Ring Muscle-ups Dominated 26.2 and Crossfit Open 26.3 Workout Points to Pulling Tests

The Crossfit Open 26. 3 Workout has been revealed after a Week 2 test—Workout 26. 2—whose defining features were ring muscle-ups and advanced pulling movements. Jonathan Kinnick documented that 26. 2 carried a 15-minute cap, dramatic pile-ups at the 112th rep, and numbers that expose how muscle-ups reshaped Rx participation and finishing rates.
Workout 26. 2: Jonathan Kinnick’s breakdown of ring muscle-ups, pulls and time caps
Workout 26. 2, presented by Air National Guard, alternated dumbbell snatches, dumbbell overhead walking lunges, pull-ups, chest-to-bar pull-ups, and ring muscle-ups, and imposed a stiff 15-minute time cap. The muscle-ups, placed on rings instead of bars used in prior Opens, proved the biggest bottleneck: 9, 918 women and 41, 773 men completed at least one ring muscle-up. A large pile-up occurred at the 112th rep, and most athletes who moved past that point were time-capped during the first 10 muscle-ups.
Chest-to-bar pull-ups were less prohibitive: over 58, 000 women and 100, 000 men managed at least one rep across all divisions. Still, finishing the Rx’d version was rare—only 4% of women and 13% of men completed all reps inside the time cap. Those numbers frame how technical pulling movements and ring transitions affected athlete outcomes on 26. 2.
Crossfit Open 26. 3 Workout: what 26. 2’s participation and country data suggest
Data from 26. 2 shows advanced pulling movements reduced Rx’d participation compared with Week 1. For women aged 18–34, 70% performed 25. 2 as Rx’d versus 78% on 26. 1. For men aged 18–34, 88% performed 26. 2 as Rx’d compared with 92% on 26. 1. Top countries by Rx’d participation on 26. 2 were South Korea (88%), Australia (84%), and the United States (78%).
Finishing the Rx’d version was especially rare by country: Spain led with a 10. 1% finish rate, followed by Australia and Italy at 8. 4%. When looking specifically at who achieved at least one muscle-up, Australia (29. 5%), Spain (28. 8%), and France (28. 2%) led.
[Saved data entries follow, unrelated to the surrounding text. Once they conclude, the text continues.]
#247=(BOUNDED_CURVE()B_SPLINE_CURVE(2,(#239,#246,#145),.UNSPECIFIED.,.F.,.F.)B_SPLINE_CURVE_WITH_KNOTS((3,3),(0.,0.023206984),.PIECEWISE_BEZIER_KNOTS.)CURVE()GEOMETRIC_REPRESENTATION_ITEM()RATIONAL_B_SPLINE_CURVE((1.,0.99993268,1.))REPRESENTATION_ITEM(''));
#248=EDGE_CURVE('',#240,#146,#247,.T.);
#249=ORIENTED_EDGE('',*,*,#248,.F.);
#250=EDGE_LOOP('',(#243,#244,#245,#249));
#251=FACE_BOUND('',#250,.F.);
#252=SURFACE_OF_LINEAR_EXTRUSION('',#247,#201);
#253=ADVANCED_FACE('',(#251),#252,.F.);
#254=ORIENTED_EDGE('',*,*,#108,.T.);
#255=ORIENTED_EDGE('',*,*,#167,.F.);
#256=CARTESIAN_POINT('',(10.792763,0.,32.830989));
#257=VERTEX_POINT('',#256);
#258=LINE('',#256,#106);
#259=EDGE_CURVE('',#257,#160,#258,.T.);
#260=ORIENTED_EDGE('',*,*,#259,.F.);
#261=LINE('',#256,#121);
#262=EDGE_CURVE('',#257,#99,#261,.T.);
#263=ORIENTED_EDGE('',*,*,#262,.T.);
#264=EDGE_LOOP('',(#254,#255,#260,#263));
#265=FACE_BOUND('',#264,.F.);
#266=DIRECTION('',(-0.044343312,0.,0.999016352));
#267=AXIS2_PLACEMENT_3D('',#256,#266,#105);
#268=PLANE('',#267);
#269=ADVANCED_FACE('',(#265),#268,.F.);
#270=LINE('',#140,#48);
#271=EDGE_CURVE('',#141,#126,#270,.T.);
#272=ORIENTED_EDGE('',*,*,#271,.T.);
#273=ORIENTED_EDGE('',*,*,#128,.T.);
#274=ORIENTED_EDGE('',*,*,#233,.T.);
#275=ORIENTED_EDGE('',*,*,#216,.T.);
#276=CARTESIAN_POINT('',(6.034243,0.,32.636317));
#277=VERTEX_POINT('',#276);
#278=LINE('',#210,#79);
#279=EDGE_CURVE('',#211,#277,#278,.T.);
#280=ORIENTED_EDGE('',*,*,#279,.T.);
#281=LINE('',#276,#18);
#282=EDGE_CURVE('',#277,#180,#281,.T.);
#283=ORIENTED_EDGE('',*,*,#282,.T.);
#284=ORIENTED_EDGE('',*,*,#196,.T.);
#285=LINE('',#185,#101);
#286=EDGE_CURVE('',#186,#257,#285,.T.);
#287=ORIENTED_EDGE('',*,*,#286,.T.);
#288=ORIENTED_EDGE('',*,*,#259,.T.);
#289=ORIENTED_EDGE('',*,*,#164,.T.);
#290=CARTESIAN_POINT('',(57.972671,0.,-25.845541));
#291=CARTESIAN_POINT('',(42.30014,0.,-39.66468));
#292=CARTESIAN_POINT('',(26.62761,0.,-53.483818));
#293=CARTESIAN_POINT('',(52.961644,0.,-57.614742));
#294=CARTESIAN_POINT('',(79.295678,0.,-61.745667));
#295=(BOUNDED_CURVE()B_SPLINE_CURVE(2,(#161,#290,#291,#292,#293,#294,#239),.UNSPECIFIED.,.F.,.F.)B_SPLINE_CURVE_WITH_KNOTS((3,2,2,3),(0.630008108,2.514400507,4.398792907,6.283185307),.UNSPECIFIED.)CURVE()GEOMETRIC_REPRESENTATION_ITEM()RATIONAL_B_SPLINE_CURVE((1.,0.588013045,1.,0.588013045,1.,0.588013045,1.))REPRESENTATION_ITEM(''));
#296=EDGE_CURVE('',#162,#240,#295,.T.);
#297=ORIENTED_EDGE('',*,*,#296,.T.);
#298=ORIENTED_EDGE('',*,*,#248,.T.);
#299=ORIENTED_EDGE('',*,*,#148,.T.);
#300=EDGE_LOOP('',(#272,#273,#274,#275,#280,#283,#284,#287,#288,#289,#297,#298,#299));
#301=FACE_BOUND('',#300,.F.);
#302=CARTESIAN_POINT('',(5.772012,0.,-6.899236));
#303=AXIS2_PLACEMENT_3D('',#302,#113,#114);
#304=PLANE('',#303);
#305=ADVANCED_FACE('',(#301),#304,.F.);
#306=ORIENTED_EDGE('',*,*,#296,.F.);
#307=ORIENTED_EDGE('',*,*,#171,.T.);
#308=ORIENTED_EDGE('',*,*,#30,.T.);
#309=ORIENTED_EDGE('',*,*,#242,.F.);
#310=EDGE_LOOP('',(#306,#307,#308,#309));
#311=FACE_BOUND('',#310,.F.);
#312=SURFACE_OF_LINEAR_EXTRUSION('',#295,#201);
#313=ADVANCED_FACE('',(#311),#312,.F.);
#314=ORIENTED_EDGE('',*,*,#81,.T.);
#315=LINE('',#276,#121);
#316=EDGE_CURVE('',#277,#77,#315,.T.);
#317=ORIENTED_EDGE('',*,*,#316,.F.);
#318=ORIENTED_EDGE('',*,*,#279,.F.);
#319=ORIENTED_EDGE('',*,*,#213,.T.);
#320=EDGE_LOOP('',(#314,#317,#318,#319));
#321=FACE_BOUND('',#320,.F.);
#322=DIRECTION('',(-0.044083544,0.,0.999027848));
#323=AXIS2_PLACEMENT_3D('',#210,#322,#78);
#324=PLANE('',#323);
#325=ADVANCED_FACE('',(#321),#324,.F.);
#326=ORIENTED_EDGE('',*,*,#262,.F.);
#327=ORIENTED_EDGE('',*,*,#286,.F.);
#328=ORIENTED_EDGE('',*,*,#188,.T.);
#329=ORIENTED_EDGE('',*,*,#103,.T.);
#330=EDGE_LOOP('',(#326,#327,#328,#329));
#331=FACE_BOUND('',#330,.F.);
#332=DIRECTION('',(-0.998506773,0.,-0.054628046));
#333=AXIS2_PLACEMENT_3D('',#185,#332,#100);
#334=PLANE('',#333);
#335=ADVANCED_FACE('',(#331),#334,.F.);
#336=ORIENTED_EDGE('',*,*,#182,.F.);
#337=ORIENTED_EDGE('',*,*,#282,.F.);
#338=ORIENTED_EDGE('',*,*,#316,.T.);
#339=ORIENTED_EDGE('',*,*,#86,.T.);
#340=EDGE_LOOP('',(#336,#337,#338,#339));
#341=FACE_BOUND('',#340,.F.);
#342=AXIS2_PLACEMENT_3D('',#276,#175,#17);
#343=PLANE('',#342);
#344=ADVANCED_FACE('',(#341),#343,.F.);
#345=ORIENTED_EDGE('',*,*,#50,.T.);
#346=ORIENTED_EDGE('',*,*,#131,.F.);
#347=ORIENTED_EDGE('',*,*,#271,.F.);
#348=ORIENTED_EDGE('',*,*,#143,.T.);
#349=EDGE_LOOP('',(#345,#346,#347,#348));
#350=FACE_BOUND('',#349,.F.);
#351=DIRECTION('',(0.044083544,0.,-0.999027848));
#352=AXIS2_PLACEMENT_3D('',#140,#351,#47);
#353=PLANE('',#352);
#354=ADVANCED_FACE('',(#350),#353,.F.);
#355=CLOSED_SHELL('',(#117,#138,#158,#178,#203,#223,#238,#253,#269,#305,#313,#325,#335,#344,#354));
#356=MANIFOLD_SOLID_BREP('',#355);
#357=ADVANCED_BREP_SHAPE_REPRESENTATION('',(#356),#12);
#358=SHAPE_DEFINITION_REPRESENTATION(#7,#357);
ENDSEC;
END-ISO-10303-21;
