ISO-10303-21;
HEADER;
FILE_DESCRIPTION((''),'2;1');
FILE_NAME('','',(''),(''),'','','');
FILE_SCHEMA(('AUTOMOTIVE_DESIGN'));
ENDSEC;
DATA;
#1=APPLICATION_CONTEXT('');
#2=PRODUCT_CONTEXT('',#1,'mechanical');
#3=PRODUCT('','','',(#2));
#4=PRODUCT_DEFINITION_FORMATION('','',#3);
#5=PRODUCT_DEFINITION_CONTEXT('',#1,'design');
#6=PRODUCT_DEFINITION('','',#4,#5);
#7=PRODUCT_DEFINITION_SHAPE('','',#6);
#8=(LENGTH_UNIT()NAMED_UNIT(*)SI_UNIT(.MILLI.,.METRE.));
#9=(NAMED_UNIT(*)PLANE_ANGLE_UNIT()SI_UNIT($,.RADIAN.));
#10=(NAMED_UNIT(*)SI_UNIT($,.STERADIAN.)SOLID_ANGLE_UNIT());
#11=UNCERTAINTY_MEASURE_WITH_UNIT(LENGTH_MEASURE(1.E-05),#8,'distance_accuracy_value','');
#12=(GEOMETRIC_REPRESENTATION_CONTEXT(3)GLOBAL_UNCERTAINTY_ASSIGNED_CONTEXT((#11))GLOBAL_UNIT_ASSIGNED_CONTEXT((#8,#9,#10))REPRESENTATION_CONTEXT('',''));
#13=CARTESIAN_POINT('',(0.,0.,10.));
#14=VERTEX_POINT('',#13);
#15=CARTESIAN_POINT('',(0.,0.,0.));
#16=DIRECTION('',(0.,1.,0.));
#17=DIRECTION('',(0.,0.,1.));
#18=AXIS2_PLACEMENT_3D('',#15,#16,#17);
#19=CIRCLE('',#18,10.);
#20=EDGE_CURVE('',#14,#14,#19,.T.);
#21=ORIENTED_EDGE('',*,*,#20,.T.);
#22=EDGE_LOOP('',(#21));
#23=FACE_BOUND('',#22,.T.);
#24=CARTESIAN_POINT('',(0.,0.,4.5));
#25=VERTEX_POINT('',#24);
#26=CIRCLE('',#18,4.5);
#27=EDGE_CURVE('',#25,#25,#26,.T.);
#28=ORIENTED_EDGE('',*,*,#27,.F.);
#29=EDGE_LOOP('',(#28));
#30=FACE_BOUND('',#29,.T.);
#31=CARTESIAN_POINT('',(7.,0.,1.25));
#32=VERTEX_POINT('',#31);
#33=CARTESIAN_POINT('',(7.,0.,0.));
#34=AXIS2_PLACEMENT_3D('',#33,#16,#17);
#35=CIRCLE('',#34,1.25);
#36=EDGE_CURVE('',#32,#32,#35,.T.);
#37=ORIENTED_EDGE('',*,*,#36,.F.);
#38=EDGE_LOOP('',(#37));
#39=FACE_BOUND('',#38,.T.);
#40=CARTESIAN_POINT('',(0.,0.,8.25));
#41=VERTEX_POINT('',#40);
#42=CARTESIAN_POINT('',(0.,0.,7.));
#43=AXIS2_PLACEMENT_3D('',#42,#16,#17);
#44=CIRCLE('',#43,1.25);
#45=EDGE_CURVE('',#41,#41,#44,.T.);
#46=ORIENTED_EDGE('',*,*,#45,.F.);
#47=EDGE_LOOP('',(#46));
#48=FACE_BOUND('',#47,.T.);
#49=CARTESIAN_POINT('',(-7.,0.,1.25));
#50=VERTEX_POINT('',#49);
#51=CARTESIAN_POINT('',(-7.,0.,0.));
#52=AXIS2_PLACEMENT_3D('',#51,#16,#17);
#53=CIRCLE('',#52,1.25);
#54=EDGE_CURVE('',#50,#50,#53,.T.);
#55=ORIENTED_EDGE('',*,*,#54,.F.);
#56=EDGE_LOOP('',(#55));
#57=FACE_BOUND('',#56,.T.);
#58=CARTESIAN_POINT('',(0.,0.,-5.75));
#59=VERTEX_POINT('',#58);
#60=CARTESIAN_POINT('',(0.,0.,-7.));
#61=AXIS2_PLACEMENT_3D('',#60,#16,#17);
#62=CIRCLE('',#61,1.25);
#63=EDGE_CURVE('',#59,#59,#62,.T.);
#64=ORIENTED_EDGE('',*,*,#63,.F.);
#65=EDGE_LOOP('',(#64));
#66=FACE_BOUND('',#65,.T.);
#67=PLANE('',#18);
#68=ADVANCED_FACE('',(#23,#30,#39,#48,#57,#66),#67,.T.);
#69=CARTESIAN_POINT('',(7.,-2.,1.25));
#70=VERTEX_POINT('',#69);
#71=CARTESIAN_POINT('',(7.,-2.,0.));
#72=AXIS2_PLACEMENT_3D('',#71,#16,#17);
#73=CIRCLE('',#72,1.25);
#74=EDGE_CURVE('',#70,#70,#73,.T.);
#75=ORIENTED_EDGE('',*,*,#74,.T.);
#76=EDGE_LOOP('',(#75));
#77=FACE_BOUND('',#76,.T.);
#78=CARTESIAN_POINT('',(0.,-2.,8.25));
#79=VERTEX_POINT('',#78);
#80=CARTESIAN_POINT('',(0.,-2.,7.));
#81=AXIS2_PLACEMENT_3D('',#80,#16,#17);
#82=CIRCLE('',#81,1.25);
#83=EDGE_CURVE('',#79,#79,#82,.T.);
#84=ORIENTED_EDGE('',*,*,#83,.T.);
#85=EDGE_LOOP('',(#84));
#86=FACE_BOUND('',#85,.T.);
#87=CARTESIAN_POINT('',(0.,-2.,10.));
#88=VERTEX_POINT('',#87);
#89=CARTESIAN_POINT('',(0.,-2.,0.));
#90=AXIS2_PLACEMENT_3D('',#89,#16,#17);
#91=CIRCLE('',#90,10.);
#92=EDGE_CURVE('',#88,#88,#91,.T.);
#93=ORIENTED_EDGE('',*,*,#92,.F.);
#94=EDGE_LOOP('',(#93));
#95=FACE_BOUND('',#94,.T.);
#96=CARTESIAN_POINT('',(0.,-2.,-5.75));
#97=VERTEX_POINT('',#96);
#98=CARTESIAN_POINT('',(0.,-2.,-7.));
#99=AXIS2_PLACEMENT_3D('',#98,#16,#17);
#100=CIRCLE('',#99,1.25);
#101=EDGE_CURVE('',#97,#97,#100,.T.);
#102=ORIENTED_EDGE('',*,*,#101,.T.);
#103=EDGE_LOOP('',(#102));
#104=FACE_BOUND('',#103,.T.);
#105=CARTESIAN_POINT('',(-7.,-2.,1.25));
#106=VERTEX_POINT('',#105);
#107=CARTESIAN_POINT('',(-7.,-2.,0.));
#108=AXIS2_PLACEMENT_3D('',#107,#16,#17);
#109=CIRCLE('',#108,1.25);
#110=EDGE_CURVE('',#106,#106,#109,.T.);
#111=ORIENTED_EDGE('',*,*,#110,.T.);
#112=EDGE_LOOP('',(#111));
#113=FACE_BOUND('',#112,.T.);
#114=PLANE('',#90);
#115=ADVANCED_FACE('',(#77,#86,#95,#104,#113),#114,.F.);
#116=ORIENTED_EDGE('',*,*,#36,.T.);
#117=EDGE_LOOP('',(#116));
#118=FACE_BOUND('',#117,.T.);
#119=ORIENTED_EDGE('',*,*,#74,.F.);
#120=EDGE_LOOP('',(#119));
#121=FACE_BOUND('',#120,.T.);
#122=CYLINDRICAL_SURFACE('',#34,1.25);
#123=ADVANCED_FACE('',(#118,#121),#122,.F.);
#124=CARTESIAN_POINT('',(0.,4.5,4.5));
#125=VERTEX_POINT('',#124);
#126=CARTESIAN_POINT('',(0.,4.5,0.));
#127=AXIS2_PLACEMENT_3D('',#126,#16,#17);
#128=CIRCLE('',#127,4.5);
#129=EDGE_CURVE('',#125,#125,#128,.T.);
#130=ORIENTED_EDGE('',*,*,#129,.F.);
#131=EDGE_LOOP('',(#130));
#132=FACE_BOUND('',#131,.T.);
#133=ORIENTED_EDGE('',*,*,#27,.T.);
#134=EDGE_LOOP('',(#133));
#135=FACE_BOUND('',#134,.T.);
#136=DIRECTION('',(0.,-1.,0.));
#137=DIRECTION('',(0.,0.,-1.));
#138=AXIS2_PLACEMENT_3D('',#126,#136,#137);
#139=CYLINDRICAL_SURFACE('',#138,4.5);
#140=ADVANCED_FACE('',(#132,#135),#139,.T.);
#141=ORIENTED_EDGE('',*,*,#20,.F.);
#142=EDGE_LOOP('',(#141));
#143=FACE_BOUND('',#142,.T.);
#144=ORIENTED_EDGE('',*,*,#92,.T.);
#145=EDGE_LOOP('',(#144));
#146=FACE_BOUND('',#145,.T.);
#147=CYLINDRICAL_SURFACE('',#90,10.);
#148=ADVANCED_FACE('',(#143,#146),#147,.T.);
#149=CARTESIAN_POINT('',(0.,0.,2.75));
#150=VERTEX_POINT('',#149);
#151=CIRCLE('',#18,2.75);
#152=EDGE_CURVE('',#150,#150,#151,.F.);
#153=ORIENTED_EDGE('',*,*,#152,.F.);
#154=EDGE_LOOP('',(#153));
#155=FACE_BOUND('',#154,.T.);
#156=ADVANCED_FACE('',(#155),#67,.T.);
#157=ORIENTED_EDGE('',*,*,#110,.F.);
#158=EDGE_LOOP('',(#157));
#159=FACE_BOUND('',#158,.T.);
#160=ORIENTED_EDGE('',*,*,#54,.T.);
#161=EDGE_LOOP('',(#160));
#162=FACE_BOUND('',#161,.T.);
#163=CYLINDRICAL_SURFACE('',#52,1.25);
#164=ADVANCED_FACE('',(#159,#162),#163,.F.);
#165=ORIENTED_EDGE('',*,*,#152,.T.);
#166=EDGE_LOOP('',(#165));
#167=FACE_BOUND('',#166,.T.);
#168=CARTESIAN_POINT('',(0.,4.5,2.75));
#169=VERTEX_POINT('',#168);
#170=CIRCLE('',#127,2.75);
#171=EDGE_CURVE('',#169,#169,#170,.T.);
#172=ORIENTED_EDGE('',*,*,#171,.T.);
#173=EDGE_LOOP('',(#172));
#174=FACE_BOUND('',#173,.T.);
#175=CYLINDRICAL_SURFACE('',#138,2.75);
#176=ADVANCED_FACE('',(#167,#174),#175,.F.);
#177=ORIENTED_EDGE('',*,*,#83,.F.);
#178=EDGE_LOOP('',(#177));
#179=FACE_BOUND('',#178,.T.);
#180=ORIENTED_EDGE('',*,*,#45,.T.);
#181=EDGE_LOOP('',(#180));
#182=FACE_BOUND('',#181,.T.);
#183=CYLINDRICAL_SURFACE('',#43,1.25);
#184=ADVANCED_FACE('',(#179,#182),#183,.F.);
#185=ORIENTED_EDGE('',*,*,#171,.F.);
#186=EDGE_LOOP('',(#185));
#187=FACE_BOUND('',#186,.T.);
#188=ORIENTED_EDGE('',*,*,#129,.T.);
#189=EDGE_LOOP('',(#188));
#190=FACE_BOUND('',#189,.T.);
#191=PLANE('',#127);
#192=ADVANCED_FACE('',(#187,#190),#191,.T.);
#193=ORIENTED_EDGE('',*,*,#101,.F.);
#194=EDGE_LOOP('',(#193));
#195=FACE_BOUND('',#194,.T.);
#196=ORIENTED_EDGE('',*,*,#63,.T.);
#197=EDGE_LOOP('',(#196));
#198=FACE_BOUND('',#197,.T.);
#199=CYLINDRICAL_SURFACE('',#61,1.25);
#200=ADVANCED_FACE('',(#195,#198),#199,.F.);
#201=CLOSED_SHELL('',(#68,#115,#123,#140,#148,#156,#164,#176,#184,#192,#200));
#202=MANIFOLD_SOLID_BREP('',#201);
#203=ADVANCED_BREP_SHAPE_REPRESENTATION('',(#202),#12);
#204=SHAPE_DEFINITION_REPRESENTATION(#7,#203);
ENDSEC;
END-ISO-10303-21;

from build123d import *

# Parameters (mm, degrees)
SKETCH2_R           = 10
BOSS_EXTRUDE1_DEPTH = 2
SKETCH2_3_R         = 4.5
SKETCH2_3_R_2       = 2.75
BOSS_EXTRUDE2_DEPTH = 4.5
CIRPATTERN1_COUNT   = 4


with BuildPart() as part:
    # Sketch2 → Boss-Extrude1 (new body)
    with BuildSketch(Plane(origin=(0, 0, 0), x_dir=(1, 0, 0), z_dir=(0, 1, 0))):
        Circle(SKETCH2_R)
    extrude(amount=-BOSS_EXTRUDE1_DEPTH)

    # Sketch2<3> → Boss-Extrude2 (add)
    with BuildSketch(Plane(origin=(0, 0, 0), x_dir=(1, 0, 0), z_dir=(0, 1, 0))):
        Circle(SKETCH2_3_R)
        Circle(SKETCH2_3_R_2, mode=Mode.SUBTRACT)
    extrude(amount=BOSS_EXTRUDE2_DEPTH)

    # Sketch5 → Tap Drill for M3x0.5 Tap1 (revolve, cut)
    with BuildSketch(Plane(origin=(0, 0, -7), x_dir=(0, 0, 1), z_dir=(1, 0, 0))):
        Polygon((0, 0), (0, 10.911075774), (1.25, 10.16), (1.25, 0), align=None)
    tap_drill_for_m3x0_5_tap1 = revolve(axis=Axis((0, 6.35, -7), (0, -1, 0)), mode=Mode.SUBTRACT)

    # CirPattern1: Tap Drill for M3x0.5 Tap1 ×4 about axis
    cirpattern1_axis = Axis((0, -2, 0), (0, 1, 0))
    for i in range(1, CIRPATTERN1_COUNT):
        add(tap_drill_for_m3x0_5_tap1.rotate(cirpattern1_axis, i * 360 / CIRPATTERN1_COUNT), mode=Mode.SUBTRACT)


solid = part.part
These patterns suggest that the Crossfit Open 26. 3 Workout, now revealed as the final Open test, will be judged first by how it challenges athletes on pulling complexity and athlete choices on Rx’d entries.
Scenarios for the Crossfit Open 26. 3 Workout and the Community Cup tiers
If the 26. 2 pattern continues… If the Open keeps emphasizing ring muscle-ups and advanced pulling movements, expect Rx’d participation to stay suppressed and finish rates to remain low. The 15-minute time cap and the 112th-rep pile-up on 26. 2 produced only 4% of women and 13% of men finishing Rx’d; a similar profile in 26. 3 would likely push many athletes to scale and reduce top-tier finish percentages. For the 2026 season, that dynamic will matter because the Community Cup tier you enter is based on the level you receive after submitting scores for all three Open workouts.
Should the 26. 3 workload shift away from cutting pulling complexity… A 26. 3 that lowers the technical pull or muscle-up demand could reverse the 26. 2 trend. Participation at Rx’d levels rose from 25. 2 to 26. 1 in both women and men 18–34 age groups; removing the biggest muscle-up barrier could move Rx’d percentages back toward the 26. 1 figures (78% for women 18–34 and 92% for men 18–34). That would raise the share of athletes finishing Rx’d and change percentile placements used to seed Community Cup tiers.
Based on context data, the next confirmed milestone is athletes submitting scores for all three Open workouts, which determines Community Cup tiers. What the context does not resolve is the exact movement list, rep scheme, or time-cap details of the Crossfit Open 26. 3 Workout beyond its public revelation. For now, the clearest forward signal is how athletes score and submit on the remaining Open test set—those totals will determine tiers and clarify whether the ring muscle-up era seen in 26. 2 carried into the final Open test.